PROBLEM
Among the lines below, keep only those from the one containing "line L53 (-6, 8) -> (-3, 8)" through the one containing "circle A12 centre (0, 0) radius 2.1", and reproduce them exactly.

Stored items
Start of Block
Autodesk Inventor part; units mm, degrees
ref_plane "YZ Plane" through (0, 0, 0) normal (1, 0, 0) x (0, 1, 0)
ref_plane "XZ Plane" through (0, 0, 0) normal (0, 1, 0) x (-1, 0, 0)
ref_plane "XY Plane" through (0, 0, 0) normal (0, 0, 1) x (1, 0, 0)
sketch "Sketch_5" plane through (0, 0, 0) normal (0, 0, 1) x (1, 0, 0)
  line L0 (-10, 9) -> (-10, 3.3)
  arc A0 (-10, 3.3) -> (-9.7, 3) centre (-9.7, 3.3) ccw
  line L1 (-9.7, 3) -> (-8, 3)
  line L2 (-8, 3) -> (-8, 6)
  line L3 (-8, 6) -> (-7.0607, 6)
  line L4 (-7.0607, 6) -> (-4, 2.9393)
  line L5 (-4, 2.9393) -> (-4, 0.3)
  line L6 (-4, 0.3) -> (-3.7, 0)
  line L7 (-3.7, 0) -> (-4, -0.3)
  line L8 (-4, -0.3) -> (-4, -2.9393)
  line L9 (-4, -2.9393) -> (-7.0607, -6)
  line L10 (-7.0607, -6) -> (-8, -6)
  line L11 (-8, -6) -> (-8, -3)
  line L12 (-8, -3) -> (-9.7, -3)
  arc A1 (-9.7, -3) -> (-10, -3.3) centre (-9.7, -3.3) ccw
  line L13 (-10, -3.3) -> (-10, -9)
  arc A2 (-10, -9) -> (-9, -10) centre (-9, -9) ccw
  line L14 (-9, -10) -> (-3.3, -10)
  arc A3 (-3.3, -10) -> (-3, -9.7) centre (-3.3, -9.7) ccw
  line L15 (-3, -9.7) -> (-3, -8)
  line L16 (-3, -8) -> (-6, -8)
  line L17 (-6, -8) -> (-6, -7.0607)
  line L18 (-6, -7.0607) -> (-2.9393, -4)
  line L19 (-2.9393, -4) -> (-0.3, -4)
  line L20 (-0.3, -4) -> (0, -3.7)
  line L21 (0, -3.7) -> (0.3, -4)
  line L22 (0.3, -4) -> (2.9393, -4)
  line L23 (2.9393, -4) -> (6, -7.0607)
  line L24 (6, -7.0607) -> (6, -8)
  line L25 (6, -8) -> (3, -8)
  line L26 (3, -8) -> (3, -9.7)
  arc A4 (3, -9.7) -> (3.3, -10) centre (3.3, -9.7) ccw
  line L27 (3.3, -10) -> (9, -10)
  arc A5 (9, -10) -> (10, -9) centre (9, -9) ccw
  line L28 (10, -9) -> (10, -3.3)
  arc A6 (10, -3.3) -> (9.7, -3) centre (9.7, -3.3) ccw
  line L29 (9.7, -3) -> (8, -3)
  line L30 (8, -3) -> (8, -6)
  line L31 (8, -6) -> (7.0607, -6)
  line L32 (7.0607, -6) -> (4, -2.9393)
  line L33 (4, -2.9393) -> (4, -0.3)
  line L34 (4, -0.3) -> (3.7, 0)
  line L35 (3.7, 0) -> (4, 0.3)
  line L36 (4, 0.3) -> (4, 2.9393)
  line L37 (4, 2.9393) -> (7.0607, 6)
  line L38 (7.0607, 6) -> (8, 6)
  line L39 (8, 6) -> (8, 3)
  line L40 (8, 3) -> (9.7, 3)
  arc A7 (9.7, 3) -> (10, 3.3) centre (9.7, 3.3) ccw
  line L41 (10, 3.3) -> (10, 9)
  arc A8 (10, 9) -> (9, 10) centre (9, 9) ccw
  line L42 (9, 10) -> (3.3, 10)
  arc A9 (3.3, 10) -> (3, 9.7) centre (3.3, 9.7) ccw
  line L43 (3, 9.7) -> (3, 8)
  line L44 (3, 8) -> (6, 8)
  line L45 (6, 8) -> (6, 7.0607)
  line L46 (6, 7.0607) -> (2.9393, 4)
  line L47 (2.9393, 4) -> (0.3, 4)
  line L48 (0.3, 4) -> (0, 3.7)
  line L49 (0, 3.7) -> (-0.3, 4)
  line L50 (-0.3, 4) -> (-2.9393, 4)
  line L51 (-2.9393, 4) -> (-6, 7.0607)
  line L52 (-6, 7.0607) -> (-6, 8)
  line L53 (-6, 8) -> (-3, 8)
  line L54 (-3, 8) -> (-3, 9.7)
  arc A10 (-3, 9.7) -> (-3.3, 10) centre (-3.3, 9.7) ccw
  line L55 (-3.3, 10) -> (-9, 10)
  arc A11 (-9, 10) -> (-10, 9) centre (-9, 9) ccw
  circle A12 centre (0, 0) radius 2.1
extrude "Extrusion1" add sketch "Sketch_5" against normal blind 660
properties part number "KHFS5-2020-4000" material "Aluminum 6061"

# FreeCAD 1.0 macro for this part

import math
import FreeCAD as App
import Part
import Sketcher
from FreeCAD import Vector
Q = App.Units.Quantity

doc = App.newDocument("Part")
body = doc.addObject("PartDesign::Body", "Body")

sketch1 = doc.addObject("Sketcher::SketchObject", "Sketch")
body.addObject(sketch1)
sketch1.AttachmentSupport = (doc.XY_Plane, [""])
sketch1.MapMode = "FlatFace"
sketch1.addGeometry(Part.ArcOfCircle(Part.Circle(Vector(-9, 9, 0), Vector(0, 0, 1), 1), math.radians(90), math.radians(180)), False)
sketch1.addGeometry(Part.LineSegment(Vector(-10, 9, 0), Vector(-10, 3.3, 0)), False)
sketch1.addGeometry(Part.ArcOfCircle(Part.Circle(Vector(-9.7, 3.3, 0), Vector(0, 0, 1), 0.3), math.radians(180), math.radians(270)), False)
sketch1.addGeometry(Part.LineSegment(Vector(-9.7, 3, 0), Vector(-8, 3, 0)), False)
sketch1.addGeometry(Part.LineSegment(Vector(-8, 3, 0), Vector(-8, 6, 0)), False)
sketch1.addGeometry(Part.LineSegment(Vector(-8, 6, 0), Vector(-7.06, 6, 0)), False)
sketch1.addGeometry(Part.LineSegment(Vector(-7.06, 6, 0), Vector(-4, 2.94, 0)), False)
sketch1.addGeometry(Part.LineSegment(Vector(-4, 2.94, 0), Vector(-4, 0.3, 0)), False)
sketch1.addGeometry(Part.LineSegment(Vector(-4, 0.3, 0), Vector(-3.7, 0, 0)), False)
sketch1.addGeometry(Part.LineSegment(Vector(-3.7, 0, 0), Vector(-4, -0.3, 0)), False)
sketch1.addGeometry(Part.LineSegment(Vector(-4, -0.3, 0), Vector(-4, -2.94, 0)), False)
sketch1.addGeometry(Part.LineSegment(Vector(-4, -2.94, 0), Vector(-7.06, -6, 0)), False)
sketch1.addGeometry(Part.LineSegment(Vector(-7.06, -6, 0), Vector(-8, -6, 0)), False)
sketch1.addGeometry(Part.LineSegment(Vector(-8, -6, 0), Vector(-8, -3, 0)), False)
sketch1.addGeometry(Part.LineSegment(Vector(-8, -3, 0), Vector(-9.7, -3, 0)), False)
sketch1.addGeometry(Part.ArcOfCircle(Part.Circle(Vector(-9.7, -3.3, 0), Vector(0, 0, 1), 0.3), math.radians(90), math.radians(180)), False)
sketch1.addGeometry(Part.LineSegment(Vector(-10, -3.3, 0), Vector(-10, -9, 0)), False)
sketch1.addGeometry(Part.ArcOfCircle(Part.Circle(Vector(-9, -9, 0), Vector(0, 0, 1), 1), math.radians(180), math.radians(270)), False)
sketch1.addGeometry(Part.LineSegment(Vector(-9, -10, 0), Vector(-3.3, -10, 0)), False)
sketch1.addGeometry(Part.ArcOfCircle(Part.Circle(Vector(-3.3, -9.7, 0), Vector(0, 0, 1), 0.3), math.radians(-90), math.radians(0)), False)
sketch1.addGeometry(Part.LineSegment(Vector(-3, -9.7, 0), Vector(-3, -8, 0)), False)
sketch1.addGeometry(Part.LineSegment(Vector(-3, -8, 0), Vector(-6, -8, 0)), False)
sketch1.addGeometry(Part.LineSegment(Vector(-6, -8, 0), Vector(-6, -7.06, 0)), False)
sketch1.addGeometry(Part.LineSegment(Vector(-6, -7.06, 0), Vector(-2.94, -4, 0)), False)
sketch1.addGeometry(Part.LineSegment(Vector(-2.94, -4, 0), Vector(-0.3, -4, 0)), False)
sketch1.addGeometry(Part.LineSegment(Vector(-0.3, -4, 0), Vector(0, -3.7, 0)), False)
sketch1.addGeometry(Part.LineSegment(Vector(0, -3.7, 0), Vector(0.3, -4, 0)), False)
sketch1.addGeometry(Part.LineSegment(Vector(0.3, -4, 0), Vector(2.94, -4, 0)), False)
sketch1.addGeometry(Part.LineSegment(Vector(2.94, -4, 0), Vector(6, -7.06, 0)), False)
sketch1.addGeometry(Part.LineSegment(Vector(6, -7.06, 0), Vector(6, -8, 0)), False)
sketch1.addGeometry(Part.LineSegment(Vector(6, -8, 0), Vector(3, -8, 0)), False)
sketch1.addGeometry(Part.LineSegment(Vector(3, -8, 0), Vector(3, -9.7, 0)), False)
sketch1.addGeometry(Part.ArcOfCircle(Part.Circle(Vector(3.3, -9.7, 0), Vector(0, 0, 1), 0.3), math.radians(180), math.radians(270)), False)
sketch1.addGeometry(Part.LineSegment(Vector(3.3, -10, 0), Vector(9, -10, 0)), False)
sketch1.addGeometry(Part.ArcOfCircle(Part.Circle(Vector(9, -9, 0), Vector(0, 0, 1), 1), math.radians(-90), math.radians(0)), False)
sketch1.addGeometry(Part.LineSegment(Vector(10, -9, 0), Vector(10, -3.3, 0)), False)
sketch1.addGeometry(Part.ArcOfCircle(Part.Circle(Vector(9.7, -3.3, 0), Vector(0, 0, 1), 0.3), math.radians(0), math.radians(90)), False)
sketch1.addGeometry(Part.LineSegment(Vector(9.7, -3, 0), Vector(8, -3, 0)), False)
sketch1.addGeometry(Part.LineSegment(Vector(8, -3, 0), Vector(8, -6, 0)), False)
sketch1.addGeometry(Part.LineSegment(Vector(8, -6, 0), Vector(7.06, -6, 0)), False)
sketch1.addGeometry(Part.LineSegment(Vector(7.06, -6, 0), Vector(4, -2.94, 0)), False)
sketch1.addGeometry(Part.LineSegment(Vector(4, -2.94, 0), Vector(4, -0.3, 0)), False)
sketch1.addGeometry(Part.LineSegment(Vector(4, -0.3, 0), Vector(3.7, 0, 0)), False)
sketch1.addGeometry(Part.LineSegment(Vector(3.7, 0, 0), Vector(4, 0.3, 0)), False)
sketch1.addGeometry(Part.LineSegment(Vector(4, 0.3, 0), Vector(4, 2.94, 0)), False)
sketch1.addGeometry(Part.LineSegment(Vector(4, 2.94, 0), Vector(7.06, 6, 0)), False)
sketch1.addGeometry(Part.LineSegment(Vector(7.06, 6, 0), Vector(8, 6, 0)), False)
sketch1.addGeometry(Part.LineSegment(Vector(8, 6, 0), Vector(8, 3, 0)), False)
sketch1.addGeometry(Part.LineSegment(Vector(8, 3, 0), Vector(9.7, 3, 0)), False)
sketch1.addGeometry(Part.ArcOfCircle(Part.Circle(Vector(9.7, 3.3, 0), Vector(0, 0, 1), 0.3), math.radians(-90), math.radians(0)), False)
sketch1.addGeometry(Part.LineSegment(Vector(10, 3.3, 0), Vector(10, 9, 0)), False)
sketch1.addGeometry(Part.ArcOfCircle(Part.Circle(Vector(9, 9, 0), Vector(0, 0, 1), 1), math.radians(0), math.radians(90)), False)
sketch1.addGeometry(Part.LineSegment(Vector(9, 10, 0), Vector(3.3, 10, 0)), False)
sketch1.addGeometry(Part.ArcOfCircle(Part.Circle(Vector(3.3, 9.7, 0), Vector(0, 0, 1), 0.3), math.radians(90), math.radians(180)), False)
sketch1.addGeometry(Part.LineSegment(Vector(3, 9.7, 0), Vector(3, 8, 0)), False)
End of Block
ANSWER FOR THIS EXERCISE
  line L53 (-6, 8) -> (-3, 8)
  line L54 (-3, 8) -> (-3, 9.7)
  arc A10 (-3, 9.7) -> (-3.3, 10) centre (-3.3, 9.7) ccw
  line L55 (-3.3, 10) -> (-9, 10)
  arc A11 (-9, 10) -> (-10, 9) centre (-9, 9) ccw
  circle A12 centre (0, 0) radius 2.1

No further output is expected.